** Records to use follows **

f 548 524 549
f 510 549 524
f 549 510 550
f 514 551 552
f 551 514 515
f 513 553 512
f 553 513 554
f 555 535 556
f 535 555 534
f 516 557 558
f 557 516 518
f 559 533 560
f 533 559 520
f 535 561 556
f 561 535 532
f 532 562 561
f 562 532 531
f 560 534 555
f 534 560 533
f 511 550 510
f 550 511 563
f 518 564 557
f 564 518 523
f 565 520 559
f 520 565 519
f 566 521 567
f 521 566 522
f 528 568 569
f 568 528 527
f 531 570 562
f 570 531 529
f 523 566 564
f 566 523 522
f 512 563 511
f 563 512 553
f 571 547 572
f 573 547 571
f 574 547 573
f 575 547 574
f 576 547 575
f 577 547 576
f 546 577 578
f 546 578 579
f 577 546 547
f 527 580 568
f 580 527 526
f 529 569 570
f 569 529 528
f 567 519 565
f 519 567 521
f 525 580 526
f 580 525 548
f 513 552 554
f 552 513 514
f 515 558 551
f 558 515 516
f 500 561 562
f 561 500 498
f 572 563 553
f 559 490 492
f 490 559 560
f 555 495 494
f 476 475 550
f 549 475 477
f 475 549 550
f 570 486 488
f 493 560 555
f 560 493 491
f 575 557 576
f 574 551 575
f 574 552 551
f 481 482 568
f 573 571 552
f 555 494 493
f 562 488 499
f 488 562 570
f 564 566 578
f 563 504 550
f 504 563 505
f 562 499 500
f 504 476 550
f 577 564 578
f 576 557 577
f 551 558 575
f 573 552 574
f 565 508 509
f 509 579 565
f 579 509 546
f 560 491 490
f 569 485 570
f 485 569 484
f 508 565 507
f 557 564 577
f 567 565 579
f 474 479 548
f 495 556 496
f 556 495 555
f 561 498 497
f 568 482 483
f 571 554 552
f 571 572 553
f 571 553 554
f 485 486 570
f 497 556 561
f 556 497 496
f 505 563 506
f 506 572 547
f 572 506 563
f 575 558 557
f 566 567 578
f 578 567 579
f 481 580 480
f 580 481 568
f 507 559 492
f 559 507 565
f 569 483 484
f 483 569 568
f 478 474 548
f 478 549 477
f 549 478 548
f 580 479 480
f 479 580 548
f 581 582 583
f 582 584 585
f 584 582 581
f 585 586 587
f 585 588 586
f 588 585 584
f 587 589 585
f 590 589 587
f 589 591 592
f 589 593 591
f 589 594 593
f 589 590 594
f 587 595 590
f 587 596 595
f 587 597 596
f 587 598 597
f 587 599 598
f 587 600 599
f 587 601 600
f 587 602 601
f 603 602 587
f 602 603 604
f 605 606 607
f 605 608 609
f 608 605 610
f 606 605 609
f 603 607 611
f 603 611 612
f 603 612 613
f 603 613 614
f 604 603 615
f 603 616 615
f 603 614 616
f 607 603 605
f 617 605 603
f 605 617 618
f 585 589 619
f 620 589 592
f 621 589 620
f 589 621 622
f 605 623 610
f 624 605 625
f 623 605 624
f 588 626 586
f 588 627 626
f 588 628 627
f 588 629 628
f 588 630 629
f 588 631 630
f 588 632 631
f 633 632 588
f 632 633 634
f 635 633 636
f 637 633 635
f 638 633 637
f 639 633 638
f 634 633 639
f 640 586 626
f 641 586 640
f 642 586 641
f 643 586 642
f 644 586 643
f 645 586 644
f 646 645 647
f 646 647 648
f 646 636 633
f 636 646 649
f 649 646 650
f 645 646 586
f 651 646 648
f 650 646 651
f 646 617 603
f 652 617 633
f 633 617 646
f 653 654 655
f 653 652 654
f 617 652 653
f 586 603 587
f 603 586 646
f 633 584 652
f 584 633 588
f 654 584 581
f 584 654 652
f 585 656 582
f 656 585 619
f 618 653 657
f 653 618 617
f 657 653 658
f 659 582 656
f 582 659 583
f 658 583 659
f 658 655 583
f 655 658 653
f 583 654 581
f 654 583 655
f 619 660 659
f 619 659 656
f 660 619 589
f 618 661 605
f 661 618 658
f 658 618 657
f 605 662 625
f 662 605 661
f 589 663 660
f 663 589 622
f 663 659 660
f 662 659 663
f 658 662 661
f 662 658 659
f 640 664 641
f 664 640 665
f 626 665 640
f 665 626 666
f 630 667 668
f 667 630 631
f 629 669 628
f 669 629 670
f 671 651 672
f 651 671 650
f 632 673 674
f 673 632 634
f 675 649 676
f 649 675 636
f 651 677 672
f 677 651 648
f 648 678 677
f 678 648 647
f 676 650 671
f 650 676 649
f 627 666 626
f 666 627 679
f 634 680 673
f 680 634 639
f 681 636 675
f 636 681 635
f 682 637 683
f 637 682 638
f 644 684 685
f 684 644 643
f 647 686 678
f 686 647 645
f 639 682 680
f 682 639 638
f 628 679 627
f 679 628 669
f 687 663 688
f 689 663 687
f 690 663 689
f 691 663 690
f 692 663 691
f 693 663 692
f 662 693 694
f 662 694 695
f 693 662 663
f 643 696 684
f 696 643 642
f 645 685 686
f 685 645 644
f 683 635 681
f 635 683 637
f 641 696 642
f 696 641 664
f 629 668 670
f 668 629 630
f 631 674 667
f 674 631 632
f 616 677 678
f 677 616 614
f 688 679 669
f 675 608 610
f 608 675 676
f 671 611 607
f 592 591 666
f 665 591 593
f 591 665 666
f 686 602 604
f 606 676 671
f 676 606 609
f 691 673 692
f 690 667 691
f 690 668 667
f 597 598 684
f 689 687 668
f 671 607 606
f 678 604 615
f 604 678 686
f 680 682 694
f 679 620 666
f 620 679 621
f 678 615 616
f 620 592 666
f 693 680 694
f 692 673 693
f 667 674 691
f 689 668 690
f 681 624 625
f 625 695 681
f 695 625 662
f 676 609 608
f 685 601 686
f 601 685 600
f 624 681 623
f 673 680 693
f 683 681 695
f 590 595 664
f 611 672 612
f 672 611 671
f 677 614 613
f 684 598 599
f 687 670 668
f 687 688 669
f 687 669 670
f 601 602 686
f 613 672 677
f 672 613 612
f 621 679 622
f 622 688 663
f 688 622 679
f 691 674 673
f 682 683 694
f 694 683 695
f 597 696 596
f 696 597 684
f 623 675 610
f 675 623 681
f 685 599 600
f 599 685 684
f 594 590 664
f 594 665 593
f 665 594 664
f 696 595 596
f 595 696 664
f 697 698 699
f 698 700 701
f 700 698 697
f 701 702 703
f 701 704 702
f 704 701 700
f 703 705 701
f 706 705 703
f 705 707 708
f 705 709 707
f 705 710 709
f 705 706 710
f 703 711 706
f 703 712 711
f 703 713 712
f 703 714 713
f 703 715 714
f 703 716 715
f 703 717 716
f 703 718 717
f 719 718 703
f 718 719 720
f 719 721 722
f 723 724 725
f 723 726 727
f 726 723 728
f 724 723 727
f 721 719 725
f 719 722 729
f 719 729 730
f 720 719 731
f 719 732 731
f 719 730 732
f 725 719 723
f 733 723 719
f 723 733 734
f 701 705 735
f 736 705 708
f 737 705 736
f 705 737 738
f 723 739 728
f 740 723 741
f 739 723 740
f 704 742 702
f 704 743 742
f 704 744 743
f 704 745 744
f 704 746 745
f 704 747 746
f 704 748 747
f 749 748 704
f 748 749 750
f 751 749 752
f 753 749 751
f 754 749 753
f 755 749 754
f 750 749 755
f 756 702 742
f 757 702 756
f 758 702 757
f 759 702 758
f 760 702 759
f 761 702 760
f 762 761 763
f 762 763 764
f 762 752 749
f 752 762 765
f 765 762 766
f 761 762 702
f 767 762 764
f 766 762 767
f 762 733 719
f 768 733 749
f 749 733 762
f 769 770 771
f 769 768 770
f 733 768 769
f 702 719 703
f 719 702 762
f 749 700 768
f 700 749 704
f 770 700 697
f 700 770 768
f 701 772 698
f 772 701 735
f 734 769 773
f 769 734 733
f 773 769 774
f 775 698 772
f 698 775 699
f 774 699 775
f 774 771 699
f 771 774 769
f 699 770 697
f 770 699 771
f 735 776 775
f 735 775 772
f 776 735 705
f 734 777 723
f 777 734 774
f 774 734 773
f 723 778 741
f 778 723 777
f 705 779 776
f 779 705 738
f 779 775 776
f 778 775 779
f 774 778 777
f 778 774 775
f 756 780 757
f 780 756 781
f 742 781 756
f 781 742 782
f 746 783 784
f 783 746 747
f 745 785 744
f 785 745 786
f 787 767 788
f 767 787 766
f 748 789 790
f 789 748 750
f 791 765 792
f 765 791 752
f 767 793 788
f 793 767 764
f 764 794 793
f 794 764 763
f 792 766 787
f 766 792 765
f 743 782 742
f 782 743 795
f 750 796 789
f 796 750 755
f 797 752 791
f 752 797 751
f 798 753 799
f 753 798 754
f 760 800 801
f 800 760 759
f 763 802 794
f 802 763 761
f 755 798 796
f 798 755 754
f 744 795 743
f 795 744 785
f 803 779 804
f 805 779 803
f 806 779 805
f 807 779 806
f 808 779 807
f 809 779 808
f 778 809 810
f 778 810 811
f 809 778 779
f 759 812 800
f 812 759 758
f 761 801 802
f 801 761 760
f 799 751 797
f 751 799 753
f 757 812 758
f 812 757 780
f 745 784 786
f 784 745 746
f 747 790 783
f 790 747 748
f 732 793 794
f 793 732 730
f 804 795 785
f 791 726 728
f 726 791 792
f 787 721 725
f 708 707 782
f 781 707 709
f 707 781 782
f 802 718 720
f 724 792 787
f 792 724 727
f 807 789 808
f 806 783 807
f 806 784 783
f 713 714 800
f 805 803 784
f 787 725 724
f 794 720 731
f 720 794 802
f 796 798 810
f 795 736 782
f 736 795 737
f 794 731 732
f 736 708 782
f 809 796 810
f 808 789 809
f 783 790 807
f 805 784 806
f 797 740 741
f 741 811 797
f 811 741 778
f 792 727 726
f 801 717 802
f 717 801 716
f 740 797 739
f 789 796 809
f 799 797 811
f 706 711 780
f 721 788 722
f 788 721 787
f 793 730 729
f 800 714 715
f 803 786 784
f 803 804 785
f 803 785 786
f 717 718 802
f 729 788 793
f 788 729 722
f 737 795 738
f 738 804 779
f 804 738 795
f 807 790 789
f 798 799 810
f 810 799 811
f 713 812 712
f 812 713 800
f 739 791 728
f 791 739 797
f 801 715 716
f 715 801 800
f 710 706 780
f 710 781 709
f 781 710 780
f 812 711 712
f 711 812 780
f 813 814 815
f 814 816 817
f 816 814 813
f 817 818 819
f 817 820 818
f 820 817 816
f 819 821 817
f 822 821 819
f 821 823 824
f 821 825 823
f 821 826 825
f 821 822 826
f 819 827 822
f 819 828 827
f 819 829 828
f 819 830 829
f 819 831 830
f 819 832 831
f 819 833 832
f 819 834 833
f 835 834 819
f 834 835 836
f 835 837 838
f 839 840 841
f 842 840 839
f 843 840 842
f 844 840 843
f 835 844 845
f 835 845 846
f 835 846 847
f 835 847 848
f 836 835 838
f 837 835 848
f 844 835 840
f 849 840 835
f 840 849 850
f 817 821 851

** End of Records to use **

**Task goal:**
For this exercise, repeat exactly the lines of the data above from the one with "f 795 736 782" down to the one with "f 821 822 826", both end lines included.

**Answer below:**
f 795 736 782
f 736 795 737
f 794 731 732
f 736 708 782
f 809 796 810
f 808 789 809
f 783 790 807
f 805 784 806
f 797 740 741
f 741 811 797
f 811 741 778
f 792 727 726
f 801 717 802
f 717 801 716
f 740 797 739
f 789 796 809
f 799 797 811
f 706 711 780
f 721 788 722
f 788 721 787
f 793 730 729
f 800 714 715
f 803 786 784
f 803 804 785
f 803 785 786
f 717 718 802
f 729 788 793
f 788 729 722
f 737 795 738
f 738 804 779
f 804 738 795
f 807 790 789
f 798 799 810
f 810 799 811
f 713 812 712
f 812 713 800
f 739 791 728
f 791 739 797
f 801 715 716
f 715 801 800
f 710 706 780
f 710 781 709
f 781 710 780
f 812 711 712
f 711 812 780
f 813 814 815
f 814 816 817
f 816 814 813
f 817 818 819
f 817 820 818
f 820 817 816
f 819 821 817
f 822 821 819
f 821 823 824
f 821 825 823
f 821 826 825
f 821 822 826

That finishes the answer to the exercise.